*HOW TO COMPLETE THIS TASK*: An exact transcription of the lines below, from the first through the one containing "f 237 299 236", is the only output wanted.

*DATA RECORDS*:

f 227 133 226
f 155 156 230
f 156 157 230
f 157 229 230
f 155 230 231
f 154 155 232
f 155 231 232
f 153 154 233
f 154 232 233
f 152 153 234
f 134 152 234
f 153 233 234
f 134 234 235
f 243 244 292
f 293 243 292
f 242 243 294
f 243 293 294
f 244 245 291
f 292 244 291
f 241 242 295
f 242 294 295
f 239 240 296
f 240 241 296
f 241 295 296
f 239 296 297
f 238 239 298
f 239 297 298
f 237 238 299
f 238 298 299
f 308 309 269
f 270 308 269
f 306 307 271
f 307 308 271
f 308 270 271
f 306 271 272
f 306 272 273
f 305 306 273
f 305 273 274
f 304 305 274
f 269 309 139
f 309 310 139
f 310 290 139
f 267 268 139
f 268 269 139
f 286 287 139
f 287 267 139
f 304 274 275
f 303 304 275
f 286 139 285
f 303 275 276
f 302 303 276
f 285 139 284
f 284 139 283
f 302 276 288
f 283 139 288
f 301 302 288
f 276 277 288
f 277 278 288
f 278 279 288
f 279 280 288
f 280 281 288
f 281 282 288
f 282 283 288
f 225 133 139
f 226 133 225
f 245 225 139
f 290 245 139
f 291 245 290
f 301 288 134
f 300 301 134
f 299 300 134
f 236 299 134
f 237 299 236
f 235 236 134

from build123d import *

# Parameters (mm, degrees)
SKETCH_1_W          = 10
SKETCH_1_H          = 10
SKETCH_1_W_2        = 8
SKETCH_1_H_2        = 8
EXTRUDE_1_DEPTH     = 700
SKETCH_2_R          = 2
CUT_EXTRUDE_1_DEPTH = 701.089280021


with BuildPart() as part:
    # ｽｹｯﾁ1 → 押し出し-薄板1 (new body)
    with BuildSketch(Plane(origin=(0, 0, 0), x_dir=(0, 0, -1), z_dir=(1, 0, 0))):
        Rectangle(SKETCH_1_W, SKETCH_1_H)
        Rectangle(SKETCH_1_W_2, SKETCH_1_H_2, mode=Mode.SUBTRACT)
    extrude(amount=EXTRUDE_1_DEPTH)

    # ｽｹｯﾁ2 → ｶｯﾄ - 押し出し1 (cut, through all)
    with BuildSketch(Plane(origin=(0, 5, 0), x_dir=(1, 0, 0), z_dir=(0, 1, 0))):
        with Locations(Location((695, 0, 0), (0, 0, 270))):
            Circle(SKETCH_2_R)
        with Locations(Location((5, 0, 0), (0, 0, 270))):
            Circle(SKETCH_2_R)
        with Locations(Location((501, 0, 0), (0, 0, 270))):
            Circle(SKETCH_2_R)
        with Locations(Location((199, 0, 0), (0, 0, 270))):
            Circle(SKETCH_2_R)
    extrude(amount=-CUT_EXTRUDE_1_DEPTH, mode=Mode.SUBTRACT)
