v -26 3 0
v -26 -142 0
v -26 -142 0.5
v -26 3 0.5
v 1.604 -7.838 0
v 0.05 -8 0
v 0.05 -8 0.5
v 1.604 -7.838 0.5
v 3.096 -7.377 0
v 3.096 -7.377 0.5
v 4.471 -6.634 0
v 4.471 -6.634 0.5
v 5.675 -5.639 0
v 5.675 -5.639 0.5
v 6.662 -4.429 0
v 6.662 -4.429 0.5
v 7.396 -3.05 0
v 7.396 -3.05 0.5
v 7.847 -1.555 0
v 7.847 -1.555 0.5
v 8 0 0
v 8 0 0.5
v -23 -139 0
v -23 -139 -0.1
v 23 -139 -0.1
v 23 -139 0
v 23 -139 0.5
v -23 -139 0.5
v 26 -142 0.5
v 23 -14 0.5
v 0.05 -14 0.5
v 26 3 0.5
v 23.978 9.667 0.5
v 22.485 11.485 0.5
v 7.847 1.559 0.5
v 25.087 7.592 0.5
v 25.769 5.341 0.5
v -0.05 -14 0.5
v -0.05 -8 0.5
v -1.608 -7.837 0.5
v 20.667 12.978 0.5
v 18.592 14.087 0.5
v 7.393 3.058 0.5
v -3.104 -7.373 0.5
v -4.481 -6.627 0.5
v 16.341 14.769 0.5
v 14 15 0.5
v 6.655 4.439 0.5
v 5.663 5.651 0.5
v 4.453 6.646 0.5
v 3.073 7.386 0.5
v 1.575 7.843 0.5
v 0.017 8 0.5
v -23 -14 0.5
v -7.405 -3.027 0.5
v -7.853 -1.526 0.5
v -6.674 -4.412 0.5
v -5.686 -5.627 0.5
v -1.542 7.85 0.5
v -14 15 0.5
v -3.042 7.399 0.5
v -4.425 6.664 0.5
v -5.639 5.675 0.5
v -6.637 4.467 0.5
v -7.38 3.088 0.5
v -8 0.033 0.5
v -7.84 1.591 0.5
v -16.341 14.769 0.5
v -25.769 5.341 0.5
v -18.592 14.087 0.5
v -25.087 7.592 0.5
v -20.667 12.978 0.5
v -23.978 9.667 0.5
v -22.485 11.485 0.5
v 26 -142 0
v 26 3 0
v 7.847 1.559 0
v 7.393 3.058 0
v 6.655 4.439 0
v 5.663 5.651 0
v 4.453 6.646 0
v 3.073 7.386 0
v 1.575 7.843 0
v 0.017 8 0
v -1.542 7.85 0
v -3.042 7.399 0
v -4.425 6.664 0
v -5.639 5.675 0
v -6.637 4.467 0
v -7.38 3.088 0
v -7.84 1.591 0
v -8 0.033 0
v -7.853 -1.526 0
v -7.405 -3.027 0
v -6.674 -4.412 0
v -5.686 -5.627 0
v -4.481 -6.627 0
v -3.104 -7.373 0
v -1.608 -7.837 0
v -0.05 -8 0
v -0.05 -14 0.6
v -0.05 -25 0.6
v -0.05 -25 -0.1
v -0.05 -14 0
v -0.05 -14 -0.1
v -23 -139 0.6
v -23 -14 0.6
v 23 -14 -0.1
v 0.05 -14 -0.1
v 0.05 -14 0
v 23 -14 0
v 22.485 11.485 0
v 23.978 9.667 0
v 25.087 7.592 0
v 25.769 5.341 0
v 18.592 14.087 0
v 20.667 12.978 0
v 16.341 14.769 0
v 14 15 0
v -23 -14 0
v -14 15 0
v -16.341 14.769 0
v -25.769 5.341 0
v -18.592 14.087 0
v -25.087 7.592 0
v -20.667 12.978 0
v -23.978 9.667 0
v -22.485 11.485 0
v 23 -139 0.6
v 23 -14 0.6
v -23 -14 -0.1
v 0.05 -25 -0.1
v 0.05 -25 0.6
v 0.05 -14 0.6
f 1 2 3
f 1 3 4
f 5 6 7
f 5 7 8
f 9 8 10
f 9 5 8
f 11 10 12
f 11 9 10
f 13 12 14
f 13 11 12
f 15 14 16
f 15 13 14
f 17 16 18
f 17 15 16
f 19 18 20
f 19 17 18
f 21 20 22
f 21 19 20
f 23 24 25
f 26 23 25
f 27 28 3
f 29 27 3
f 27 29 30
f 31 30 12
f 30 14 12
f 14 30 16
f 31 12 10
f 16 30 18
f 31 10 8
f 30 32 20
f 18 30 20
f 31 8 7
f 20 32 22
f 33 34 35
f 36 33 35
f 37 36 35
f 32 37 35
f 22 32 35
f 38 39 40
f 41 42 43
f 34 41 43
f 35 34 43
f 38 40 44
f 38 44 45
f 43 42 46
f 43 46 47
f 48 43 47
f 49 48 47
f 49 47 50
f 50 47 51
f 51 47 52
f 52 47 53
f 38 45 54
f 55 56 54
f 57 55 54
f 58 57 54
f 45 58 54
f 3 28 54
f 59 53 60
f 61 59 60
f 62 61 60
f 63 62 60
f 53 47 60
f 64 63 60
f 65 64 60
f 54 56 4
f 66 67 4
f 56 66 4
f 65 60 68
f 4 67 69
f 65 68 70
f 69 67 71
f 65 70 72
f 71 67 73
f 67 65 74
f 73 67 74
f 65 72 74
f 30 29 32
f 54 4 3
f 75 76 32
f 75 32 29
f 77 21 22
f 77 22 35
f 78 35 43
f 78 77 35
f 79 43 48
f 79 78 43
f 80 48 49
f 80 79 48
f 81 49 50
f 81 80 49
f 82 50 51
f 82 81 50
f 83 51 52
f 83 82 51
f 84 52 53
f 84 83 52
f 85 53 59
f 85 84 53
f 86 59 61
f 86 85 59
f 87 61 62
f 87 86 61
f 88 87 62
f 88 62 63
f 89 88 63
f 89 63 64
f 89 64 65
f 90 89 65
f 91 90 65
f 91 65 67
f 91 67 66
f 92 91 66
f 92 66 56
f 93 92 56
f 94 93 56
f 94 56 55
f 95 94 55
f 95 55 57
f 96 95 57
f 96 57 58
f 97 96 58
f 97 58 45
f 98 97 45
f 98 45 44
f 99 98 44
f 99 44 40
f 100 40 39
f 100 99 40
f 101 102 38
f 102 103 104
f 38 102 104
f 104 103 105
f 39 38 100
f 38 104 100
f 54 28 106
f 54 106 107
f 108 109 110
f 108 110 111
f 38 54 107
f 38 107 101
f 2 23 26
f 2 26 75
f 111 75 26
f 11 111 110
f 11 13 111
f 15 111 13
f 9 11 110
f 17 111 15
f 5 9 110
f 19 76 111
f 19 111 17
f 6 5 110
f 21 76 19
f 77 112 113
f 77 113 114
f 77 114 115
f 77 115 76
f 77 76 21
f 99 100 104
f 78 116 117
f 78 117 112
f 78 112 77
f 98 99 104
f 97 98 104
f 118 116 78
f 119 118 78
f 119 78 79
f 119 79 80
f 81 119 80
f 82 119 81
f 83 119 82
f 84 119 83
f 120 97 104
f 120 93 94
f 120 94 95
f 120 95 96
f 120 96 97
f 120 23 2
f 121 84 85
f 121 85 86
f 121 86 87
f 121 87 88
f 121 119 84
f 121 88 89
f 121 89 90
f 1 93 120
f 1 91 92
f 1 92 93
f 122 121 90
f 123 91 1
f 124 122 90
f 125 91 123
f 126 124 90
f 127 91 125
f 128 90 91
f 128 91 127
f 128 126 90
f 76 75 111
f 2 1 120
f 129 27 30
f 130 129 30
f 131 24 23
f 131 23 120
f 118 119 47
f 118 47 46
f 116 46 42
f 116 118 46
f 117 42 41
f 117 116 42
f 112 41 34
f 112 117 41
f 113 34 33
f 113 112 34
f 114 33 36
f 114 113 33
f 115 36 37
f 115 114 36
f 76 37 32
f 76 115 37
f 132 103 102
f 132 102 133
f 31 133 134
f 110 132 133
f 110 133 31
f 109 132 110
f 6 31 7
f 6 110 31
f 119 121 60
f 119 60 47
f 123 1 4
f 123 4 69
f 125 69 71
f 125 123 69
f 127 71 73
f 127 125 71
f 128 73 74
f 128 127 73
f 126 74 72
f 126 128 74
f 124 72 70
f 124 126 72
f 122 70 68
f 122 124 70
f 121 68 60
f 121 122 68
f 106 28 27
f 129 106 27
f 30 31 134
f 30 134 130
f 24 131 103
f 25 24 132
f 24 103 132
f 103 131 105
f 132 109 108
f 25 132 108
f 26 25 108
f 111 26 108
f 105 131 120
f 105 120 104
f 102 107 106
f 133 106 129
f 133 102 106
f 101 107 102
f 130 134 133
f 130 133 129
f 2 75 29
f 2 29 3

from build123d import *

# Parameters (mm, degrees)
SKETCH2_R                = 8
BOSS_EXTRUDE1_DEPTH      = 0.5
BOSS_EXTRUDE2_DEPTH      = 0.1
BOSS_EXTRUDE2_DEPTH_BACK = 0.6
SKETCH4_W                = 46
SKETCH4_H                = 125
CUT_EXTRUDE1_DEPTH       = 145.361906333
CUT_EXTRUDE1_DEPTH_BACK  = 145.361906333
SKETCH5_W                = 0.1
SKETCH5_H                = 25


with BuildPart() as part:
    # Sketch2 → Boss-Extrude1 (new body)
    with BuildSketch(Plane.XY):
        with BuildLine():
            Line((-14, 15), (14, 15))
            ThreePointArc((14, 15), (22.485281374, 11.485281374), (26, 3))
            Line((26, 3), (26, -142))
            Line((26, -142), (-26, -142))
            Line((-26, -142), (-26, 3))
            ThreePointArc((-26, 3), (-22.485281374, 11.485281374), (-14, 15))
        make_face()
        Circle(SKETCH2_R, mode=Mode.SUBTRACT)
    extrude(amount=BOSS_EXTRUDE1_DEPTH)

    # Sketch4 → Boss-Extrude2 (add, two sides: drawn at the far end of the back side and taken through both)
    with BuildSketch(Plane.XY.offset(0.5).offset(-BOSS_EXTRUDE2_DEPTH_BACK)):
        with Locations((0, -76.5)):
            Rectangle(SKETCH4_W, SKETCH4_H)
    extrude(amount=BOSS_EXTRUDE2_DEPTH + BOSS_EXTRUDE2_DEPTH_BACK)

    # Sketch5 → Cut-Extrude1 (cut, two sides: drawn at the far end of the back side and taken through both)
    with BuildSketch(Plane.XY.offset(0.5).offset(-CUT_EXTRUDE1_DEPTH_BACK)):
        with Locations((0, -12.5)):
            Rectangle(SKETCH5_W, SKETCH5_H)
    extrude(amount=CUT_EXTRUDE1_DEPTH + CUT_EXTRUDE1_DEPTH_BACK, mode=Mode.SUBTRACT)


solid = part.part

*ANSWER TO THIS PROBLEM*:
f 227 133 226
f 155 156 230
f 156 157 230
f 157 229 230
f 155 230 231
f 154 155 232
f 155 231 232
f 153 154 233
f 154 232 233
f 152 153 234
f 134 152 234
f 153 233 234
f 134 234 235
f 243 244 292
f 293 243 292
f 242 243 294
f 243 293 294
f 244 245 291
f 292 244 291
f 241 242 295
f 242 294 295
f 239 240 296
f 240 241 296
f 241 295 296
f 239 296 297
f 238 239 298
f 239 297 298
f 237 238 299
f 238 298 299
f 308 309 269
f 270 308 269
f 306 307 271
f 307 308 271
f 308 270 271
f 306 271 272
f 306 272 273
f 305 306 273
f 305 273 274
f 304 305 274
f 269 309 139
f 309 310 139
f 310 290 139
f 267 268 139
f 268 269 139
f 286 287 139
f 287 267 139
f 304 274 275
f 303 304 275
f 286 139 285
f 303 275 276
f 302 303 276
f 285 139 284
f 284 139 283
f 302 276 288
f 283 139 288
f 301 302 288
f 276 277 288
f 277 278 288
f 278 279 288
f 279 280 288
f 280 281 288
f 281 282 288
f 282 283 288
f 225 133 139
f 226 133 225
f 245 225 139
f 290 245 139
f 291 245 290
f 301 288 134
f 300 301 134
f 299 300 134
f 236 299 134
f 237 299 236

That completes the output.